There was a chaos within, more fussing, more crying. A stumble came over something wooden, a piece of the luxurious furniture clattered, Anzu gave a horrid sound and the Frenchmen seemed to be arguing. Yet the crying of the babe had not stopped.
One of the physicians came clapping over the tiles in his boots, trying to look tall and trim and very clean despite the hours spent sweating in the unaccustomed heat of the chamber which had utterly devastated the crevices of his aging face.
Yugi stood, hands clumsily back over her mouth, struck by something and Atemu was rather instantly on his feet in the same panic beckoning the silly top-heavy man closer.
Taking careful, chubby, steps the old European came near enough to offer the primped stack of stiff linen to the Sultan.
There was a snatch, a re-arrangement, and grabbing his shoulder Yugi came about Atemu's side attempting to assist in the rushed transition by cradling the tiny covered head and neck with her hand and a hushing pair of lips.
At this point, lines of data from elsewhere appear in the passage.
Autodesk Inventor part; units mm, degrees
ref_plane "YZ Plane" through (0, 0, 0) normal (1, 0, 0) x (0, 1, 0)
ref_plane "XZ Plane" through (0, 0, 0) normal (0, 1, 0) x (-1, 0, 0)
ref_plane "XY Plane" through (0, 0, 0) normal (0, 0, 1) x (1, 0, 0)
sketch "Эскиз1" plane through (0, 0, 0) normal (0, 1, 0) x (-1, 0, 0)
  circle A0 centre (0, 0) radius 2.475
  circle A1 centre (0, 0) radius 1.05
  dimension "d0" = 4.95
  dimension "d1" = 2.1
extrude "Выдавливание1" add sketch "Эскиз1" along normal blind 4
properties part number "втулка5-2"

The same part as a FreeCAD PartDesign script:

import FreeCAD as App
import Part
import Sketcher
Q = App.Units.Quantity

doc = App.newDocument("Part")
body = doc.addObject("PartDesign::Body", "Body")

# Sketch on XZ plane
sketch1 = body.newObject("Sketcher::SketchObject", "Sketch")
sketch1.AttachmentSupport = (doc.getObject("XZ_Plane"), [""])
sketch1.MapMode = "FlatFace"
sketch1.addGeometry(Part.Circle(App.Vector(0, 0, 0), App.Vector(0, 0, 1), 2.475), False)
sketch1.addGeometry(Part.Circle(App.Vector(0, 0, 0), App.Vector(0, 0, 1), 1.05), False)
sketch1.addConstraint(Sketcher.Constraint("Coincident", 0, 3, -1, 1))
sketch1.addConstraint(Sketcher.Constraint("Coincident", 1, 3, -1, 1))
sketch1.addConstraint(Sketcher.Constraint("Diameter", 1, Q("2.1 mm")))
sketch1.addConstraint(Sketcher.Constraint("Diameter", 0, Q("4.95 mm")))
pad1 = body.newObject("PartDesign::Pad", "Pad")
pad1.Profile = sketch1
pad1.Length = 4
pad1.Reversed = True

doc.recompute()
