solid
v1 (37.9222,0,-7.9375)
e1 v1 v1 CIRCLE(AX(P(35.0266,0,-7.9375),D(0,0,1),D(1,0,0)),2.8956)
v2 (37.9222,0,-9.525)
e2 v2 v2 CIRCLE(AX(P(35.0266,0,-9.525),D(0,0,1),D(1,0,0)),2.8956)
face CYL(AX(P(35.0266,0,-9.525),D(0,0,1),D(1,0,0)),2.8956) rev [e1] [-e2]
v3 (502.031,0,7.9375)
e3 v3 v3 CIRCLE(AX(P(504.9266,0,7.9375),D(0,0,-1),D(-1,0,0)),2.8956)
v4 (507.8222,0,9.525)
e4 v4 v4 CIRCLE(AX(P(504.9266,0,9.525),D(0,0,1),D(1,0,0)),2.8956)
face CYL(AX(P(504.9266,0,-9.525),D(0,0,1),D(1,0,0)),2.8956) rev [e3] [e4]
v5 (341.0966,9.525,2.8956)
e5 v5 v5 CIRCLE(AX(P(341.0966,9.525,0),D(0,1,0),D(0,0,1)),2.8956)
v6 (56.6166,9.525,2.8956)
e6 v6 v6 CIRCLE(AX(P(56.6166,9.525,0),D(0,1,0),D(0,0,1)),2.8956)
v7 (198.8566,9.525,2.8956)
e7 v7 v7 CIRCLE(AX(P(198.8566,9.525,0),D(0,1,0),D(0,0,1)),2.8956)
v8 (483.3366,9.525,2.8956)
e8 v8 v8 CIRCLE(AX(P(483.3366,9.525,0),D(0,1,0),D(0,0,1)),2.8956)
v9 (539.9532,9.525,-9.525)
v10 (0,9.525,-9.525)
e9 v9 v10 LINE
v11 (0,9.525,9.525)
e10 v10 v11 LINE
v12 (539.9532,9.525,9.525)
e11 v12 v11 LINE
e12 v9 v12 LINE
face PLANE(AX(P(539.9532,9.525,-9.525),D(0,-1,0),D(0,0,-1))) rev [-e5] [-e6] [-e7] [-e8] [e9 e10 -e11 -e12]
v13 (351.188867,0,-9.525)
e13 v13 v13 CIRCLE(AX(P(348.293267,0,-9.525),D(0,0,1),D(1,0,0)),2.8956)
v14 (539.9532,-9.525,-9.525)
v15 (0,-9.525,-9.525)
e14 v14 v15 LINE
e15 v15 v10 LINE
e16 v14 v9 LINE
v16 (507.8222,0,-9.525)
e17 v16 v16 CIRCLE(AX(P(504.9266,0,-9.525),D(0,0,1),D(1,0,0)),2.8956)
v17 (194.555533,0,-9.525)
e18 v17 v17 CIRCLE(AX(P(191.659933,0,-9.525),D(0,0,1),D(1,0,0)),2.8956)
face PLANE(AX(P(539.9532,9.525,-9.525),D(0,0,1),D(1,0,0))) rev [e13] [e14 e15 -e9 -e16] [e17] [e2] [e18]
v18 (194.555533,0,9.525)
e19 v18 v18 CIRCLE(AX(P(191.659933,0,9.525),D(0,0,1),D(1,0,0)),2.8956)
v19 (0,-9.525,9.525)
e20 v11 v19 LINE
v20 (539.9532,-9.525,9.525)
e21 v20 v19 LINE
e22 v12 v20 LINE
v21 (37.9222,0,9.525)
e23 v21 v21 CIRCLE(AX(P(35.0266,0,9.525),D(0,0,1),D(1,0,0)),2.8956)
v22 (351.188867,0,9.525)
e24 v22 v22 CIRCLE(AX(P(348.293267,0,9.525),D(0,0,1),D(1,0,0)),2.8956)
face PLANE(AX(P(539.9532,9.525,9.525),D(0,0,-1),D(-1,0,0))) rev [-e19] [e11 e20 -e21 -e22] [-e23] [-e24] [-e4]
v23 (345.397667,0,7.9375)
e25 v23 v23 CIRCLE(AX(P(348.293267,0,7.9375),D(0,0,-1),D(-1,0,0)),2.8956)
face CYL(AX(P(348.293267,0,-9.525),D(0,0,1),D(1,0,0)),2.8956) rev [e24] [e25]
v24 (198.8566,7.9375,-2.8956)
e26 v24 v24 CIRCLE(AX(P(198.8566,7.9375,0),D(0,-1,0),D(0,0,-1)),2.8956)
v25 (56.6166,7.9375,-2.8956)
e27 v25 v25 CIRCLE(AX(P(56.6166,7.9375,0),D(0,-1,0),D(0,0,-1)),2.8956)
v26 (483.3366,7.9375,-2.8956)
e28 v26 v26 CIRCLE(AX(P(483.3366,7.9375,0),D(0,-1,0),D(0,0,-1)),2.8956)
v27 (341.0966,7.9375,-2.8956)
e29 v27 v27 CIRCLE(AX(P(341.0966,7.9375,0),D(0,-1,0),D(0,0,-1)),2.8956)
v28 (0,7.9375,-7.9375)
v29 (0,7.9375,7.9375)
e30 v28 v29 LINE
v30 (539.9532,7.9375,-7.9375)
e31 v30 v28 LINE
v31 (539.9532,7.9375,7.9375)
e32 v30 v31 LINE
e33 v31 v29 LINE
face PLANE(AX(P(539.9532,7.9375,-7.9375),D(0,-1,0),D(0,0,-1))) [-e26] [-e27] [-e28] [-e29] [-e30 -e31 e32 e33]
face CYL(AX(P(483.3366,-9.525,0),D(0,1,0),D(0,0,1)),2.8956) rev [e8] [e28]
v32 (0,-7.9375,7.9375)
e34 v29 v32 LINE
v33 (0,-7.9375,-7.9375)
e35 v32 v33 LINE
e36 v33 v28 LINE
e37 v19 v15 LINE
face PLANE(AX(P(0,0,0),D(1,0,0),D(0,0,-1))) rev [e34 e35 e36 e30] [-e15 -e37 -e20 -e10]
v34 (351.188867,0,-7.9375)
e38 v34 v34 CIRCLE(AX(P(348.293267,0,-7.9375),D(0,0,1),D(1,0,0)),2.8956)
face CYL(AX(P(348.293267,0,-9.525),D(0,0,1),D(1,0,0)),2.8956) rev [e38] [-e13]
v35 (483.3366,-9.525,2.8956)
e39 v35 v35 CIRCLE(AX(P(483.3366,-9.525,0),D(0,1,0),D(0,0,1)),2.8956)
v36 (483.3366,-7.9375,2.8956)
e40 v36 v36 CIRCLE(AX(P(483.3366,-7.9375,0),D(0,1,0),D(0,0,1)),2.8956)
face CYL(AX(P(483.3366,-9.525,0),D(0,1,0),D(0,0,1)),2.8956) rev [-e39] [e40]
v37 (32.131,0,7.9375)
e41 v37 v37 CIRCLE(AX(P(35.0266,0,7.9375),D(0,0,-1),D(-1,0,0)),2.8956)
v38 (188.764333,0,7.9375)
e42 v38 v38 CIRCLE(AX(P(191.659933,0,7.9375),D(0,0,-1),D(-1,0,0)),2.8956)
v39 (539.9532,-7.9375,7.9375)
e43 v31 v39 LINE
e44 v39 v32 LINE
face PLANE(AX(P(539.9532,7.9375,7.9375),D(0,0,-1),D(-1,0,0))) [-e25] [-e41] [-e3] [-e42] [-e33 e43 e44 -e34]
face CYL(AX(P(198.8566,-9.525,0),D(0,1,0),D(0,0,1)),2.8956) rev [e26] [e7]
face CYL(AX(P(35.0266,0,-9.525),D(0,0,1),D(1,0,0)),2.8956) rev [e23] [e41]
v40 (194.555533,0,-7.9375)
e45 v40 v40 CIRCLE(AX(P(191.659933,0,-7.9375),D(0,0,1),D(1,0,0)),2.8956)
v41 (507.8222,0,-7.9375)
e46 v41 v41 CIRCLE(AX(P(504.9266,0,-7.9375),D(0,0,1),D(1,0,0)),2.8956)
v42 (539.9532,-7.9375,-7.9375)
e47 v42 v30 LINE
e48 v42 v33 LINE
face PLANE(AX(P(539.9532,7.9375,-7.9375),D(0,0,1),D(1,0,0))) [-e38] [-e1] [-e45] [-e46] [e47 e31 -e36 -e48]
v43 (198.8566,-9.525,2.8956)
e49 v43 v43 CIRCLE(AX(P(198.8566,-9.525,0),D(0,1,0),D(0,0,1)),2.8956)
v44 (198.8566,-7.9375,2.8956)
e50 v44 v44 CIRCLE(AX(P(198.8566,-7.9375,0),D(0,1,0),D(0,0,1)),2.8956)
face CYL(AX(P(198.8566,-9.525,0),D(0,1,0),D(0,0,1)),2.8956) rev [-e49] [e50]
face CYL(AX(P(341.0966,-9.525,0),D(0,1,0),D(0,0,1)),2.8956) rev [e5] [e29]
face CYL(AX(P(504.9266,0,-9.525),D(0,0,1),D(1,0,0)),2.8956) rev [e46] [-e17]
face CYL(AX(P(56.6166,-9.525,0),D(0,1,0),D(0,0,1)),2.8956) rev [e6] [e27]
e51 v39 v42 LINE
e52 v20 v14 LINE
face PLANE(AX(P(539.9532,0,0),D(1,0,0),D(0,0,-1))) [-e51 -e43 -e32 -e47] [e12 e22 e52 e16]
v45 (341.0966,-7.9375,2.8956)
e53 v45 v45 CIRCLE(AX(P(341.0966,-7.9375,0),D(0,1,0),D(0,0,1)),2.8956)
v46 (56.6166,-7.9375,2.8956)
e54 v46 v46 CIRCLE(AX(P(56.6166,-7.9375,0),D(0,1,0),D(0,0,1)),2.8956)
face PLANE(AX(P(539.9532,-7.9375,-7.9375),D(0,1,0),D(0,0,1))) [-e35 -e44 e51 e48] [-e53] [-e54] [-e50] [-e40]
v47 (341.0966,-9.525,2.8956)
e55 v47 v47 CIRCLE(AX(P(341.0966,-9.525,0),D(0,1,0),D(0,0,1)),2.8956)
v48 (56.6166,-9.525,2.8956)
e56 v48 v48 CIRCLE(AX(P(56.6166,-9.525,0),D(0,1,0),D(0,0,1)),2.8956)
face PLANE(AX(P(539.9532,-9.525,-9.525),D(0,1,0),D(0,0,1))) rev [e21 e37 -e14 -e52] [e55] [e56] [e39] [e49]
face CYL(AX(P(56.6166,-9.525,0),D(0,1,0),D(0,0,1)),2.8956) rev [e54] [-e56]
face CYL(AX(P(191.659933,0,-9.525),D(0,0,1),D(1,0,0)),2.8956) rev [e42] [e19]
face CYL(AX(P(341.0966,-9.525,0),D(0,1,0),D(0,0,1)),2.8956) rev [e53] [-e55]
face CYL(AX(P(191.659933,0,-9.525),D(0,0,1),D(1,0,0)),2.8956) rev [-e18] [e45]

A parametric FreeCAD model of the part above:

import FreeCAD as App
import Part
import Sketcher
from FreeCAD import Vector
Q = App.Units.Quantity

doc = App.newDocument("Part")
body = doc.addObject("PartDesign::Body", "Body")

sketch1 = body.newObject("Sketcher::SketchObject", "Sketch")
sketch1.AttachmentSupport = (doc.getObject("YZ_Plane"), [""])
sketch1.MapMode = "FlatFace"
sketch1.addGeometry([
    Part.LineSegment(Vector(10, -10, 0), Vector(10, 10, 0)),
    Part.LineSegment(Vector(10, 10, 0), Vector(-10, 10, 0)),
    Part.LineSegment(Vector(-10, 10, 0), Vector(-10, -10, 0)),
    Part.LineSegment(Vector(-10, -10, 0), Vector(10, -10, 0)),
    Part.LineSegment(Vector(-8, 8, 0), Vector(8, 8, 0)),
    Part.LineSegment(Vector(8, 8, 0), Vector(8, -8, 0)),
    Part.LineSegment(Vector(8, -8, 0), Vector(-8, -8, 0)),
    Part.LineSegment(Vector(-8, -8, 0), Vector(-8, 8, 0)),
], False)
sketch1.addConstraint([
    Sketcher.Constraint("Coincident", 0, 2, 1, 1),
    Sketcher.Constraint("Coincident", 1, 2, 2, 1),
    Sketcher.Constraint("Coincident", 2, 2, 3, 1),
    Sketcher.Constraint("Coincident", 3, 2, 0, 1),
    Sketcher.Constraint("Coincident", 4, 2, 5, 1),
    Sketcher.Constraint("Coincident", 5, 2, 6, 1),
    Sketcher.Constraint("Coincident", 6, 2, 7, 1),
    Sketcher.Constraint("Coincident", 7, 2, 4, 1),
    Sketcher.Constraint("Vertical", 0),
    Sketcher.Constraint("Horizontal", 1),
    Sketcher.Constraint("Vertical", 2),
    Sketcher.Constraint("Horizontal", 3),
    Sketcher.Constraint("Horizontal", 4),
    Sketcher.Constraint("Vertical", 5),
    Sketcher.Constraint("Horizontal", 6),
    Sketcher.Constraint("Vertical", 7),
    Sketcher.Constraint("Symmetric", 0, 2, 2, 2, -1, 1),
    Sketcher.Constraint("Symmetric", 4, 2, 6, 2, -1, 1),
    Sketcher.Constraint("Equal", 3, 0),
    Sketcher.Constraint("Equal", 6, 5),
    Sketcher.Constraint("DistanceX", 1, 2, 1, 1, Q("0.75 in")),
    Sketcher.Constraint("DistanceX", 4, 1, 4, 2, Q("0.625 in")),
])
pad1 = body.newObject("PartDesign::Pad", "Pad")
pad1.Profile = sketch1
pad1.Length = Q("21.258 in")

sketch2 = body.newObject("Sketcher::SketchObject", "Sketch001")
sketch2.AttachmentSupport = (doc.getObject("XY_Plane"), [""])
sketch2.MapMode = "FlatFace"
sketch2.AttachmentOffset = App.Placement(Vector(0, 0, 0.375 * 25.4), App.Rotation())
sketch2.addGeometry(Part.Circle(Vector(504.9, 0, 0), Vector(0, 0, 1), 2.9), False)
sketch2.addConstraint([
    Sketcher.Constraint("PointOnObject", 0, 3, -1),
    Sketcher.Constraint("Diameter", 0, Q("0.228 in")),
    Sketcher.Constraint("DistanceX", -1, 1, 0, 3, Q("19.879 in")),
])
pocket1 = body.newObject("PartDesign::Pocket", "Pocket")
pocket1.Profile = sketch2
pocket1.Type = "ThroughAll"
doc.recompute()

linearpattern = body.newObject("PartDesign::LinearPattern", "LinearPattern")
linearpattern.Originals = [pocket1]
linearpattern.Direction = (doc.getObject("X_Axis"), [""])
linearpattern.Mode = "offset"
linearpattern.Offset = 156.633333
linearpattern.Occurrences = 4
linearpattern.Reversed = True
body.Tip = linearpattern

sketch3 = body.newObject("Sketcher::SketchObject", "Sketch002")
sketch3.AttachmentSupport = (doc.getObject("XZ_Plane"), [""])
sketch3.MapMode = "FlatFace"
sketch3.AttachmentOffset = App.Placement(Vector(0, 0, -0.375 * 25.4), App.Rotation())
sketch3.addGeometry(Part.Circle(Vector(56.6, 0, 0), Vector(0, 0, 1), 2.9), False)
sketch3.addConstraint([
    Sketcher.Constraint("PointOnObject", 0, 3, -1),
    Sketcher.Constraint("Diameter", 0, Q("0.228 in")),
    Sketcher.Constraint("DistanceX", -1, 1, 0, 3, Q("2.229 in")),
])
pocket2 = body.newObject("PartDesign::Pocket", "Pocket001")
pocket2.Profile = sketch3
pocket2.Type = "ThroughAll"
pocket2.Reversed = True
doc.recompute()

linearpattern2 = body.newObject("PartDesign::LinearPattern", "LinearPattern001")
linearpattern2.Originals = [pocket2]
linearpattern2.Direction = (doc.getObject("X_Axis"), [""])
linearpattern2.Mode = "offset"
linearpattern2.Offset = Q("5.6 in")
linearpattern2.Occurrences = 4
body.Tip = linearpattern2

doc.recompute()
Atemu let her help, working the bundle into the grove of his cradling elbow and darting round to his opposite side Yugi craned up onto her toes to look down into the tiny face Atemu tried to un-obscure by pulling aside the linen.
Yugi gasped, bit her nail stupidly, gave a little sound and rushed with something Atemu's shoulders scrunched before losing all their tension. He leant a little more into the direction of the witch, amazed, trying to better the picture of the tiny, almost white, child. Yugi dropped from her tiptoes, laughing through a broken swoon of relief, hands still on Atemu as the tilt of the King's arms round the bundle won them both a good look.
"Tis a boy we believe your Highness," simpered the Frenchman.
"Yes, yes," Atemu grunted tartly. He didn't like the self-satisfied sound of the man; it distracted from the portrait of the perfect little face.
"Oh he's tiny," Yugi fluttered, vaguely adoring but lingeringly cautious as her fingertips moved across Atemu's cradling forearm too hesitant to touch the child with the father present.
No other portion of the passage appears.